Thursday, March 20, 2014

REVIEW: Fight Club: The Musical


The first rule of Fight Club: The Musical — well, you probably know. “Don't make Fight Club into a musical.” As I'm sure you also know, they did. “They” being writer, director, lyricist, composer, choreographer and producer Keith Davidson. Locally, his musical adaptation recently unfolded in an open-air production in Five Points Park. And quickly folded again.

Davidson, the artistic director of NYC's Theatre in an Isododecahedron (and former director of Brooklyn's Puppet Theatre of Cruelty), remained more or less faithful to the story — or at least David Fincher's 1999 film adaptation of Chuck Palahniuk's novel. The plot? “A ticking-time-bomb insomniac and a slippery soap salesman channel primal male aggression into a shocking new form of therapy. Their concept catches on, with underground ‘fight clubs’ forming in every town, until an eccentric gets in the way and ignites an out-of-control spiral toward oblivion.” Thus spake Anonymous on IMDB. Being lazy, I copied and pasted it.

The film's storyline survived, though hardly recognizable, as portrayed by the anorexic, singing, dancing cast in choreography blatantly ripped off from Jerome Robbins bits in West Side Story. (I guess Davidson's lazy, too.)  Happy routines for an acid-burn story. The effect is jarring, like hearing Steve Martin playing the Death March on the banjo. The problem is tonal, as the song titles alone prove:

Support Group Fever
Ikea.
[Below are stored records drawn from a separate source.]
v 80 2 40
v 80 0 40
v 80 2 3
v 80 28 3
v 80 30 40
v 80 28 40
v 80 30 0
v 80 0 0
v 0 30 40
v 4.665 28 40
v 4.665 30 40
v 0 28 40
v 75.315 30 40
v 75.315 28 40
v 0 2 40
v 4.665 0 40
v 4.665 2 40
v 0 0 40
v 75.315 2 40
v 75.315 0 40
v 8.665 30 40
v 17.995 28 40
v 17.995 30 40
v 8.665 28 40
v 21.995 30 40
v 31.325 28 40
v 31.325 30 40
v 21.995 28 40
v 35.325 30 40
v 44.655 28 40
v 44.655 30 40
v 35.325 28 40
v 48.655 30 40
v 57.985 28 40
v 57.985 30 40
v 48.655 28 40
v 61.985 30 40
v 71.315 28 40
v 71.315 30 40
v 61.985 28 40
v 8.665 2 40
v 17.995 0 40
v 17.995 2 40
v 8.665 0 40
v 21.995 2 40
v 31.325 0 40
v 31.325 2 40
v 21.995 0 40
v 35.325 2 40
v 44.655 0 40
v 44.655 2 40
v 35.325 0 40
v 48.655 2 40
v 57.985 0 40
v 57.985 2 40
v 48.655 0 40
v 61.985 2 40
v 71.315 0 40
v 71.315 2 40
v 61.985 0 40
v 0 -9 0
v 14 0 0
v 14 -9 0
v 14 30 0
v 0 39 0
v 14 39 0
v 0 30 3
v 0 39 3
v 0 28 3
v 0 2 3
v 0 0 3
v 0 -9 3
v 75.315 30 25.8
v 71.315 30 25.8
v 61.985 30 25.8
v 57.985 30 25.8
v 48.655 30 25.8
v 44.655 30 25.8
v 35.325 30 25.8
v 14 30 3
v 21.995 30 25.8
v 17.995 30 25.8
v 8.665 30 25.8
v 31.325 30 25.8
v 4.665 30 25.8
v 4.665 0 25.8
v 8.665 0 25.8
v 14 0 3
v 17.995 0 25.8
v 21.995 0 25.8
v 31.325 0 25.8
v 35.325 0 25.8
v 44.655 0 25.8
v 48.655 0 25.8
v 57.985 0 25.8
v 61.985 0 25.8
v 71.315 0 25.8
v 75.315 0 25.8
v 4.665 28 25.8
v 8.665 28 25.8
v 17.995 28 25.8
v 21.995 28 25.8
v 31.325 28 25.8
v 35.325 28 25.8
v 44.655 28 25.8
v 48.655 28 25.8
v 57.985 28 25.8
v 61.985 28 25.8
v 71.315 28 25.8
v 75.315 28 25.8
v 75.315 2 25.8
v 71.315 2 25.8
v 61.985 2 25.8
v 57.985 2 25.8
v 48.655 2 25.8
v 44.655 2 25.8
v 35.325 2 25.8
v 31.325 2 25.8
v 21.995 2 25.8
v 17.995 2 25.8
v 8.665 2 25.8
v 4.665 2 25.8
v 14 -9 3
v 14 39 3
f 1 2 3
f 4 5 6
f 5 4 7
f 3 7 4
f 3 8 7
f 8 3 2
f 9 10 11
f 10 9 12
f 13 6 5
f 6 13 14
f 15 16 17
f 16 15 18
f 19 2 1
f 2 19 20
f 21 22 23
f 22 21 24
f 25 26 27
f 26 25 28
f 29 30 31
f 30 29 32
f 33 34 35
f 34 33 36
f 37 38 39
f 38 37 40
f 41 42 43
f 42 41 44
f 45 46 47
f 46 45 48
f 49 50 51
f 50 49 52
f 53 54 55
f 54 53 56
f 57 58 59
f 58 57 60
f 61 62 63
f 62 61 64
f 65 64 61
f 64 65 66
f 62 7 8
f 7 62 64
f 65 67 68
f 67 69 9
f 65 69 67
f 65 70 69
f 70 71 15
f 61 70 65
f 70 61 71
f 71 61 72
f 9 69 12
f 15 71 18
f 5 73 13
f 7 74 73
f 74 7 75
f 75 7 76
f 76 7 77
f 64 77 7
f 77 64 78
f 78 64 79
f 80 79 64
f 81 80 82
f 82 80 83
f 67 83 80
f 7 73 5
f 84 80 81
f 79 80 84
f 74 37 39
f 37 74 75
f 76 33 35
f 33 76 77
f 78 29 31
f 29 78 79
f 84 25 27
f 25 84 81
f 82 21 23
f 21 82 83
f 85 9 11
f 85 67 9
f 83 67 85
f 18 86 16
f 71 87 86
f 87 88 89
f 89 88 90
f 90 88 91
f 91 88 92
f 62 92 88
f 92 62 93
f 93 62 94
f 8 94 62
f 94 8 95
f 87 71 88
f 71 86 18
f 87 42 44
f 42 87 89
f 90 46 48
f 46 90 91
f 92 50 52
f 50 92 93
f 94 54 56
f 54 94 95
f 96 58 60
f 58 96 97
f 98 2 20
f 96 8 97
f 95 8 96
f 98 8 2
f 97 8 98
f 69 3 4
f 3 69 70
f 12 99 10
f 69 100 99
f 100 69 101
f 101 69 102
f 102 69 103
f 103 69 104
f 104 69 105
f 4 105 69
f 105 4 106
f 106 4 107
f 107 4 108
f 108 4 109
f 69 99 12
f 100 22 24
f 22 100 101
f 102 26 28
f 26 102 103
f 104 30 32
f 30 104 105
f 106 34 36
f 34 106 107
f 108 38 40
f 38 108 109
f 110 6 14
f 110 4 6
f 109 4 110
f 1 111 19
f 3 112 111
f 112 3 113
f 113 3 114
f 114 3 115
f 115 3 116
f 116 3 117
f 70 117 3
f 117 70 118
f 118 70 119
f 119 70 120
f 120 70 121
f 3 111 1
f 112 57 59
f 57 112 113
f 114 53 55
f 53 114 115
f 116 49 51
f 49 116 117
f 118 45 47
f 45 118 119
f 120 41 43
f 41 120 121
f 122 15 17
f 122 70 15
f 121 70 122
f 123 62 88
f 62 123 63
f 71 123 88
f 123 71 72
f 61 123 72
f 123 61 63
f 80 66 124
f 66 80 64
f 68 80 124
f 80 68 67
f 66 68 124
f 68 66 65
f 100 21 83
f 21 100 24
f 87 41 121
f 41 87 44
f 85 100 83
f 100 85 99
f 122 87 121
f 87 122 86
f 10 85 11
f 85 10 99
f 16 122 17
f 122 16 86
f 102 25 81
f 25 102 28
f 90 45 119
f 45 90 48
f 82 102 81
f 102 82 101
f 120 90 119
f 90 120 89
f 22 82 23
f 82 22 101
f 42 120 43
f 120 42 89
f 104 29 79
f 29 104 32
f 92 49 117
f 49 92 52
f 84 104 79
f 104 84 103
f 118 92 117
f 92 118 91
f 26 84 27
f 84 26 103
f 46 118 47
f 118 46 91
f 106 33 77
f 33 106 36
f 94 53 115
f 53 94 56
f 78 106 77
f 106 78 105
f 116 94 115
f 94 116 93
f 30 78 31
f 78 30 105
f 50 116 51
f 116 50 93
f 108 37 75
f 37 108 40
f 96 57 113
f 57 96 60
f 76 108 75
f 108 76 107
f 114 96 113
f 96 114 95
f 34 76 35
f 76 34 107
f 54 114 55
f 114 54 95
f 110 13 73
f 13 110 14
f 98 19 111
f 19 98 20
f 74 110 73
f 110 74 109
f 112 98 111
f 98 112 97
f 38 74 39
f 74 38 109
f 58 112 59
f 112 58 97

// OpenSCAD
$fn = 32;

// ----------------------------------------------------------------------
// Cable duct: 80 x 30 x 40 mm, 6 fingers
// ----------------------------------------------------------------------

// --- parameters (mm) ---
duct_len = 80;            // duct length, X
duct_w = 30;              // duct width, Y
duct_h = 40;              // duct height, Z
wall_t = 2;               // side wall thickness
floor_t = 3;              // floor thickness
slot_w = 4;               // finger slot width
slot_h = 22.8;            // finger slot height
fingers = 6;              // number of finger slots per side
pitch = 13.33;            // finger pitch
ear_w = 10;               // mounting ear width
ear_l = 14;               // mounting ear length

module shell() {
  difference() {
    cube([duct_len, duct_w, duct_h]);
    /* open top channel */
    translate([-wall_t - 1, wall_t, floor_t])
      cube([duct_len + 2 * wall_t + 2, duct_w - 2 * wall_t, duct_h + 1]);
  }
}

module ears() {
  translate([0, -ear_w + 1, 0]) cube([ear_l, ear_w, floor_t]);
  translate([0, duct_w - 1, 0]) cube([ear_l, ear_w, floor_t]);
}

difference() {
  union() {
    shell();
    ears();
  }
  /* finger slots cut through both side walls */
  for (i = [0 : fingers - 1]) translate([pitch / 2 + i * pitch - slot_w / 2, -1, floor_t + slot_h]) cube([slot_w, duct_w + 2, duct_h]);
}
I Just Built Some Crap from Ikea.
I’m a Beautiful Snowflake!
Operation Disco Mayhem
There’s No Business Like Soap Business
Who is Tyler Durden?
It's a Guy Thing!

Perhaps there was a satiric intent? I can only speculate, as the play was cut short. During the scene where the Robert Paulsen character (portrayed by the man-jugged Meatloaf in the original film) was crushed by a dislodged spherical sculpture, a demolition charge, in fact, detonated at the base of Rob Lorenson's "Sarasota Deco" sculpture, sending the giant steel donut hurtling into the assembled theatergoers. The crowd successfully ducked, with the exception of Charlize Theron (a visiting friend of the director) who, inexplicably, ran directly in front of the slowly rolling, metal wheel and didn't get out of the way until it ran over her, deflating two lip implants. At this point, an actual fight broke out in the park, resulting in the loss of two of my back molars and much destruction of homeless property. Sarasota police officers detained Davidson (who was now screaming "I am Tyler Durden! Project Mayhem begins!"). Based on a tip called in by Steve Martin, the bomb squad successfully removed demolition charges implanted in surrounding highrises. Which reminds me of the second rule of Fight Club: The Musical ...

Don't make Fight Club into a musical.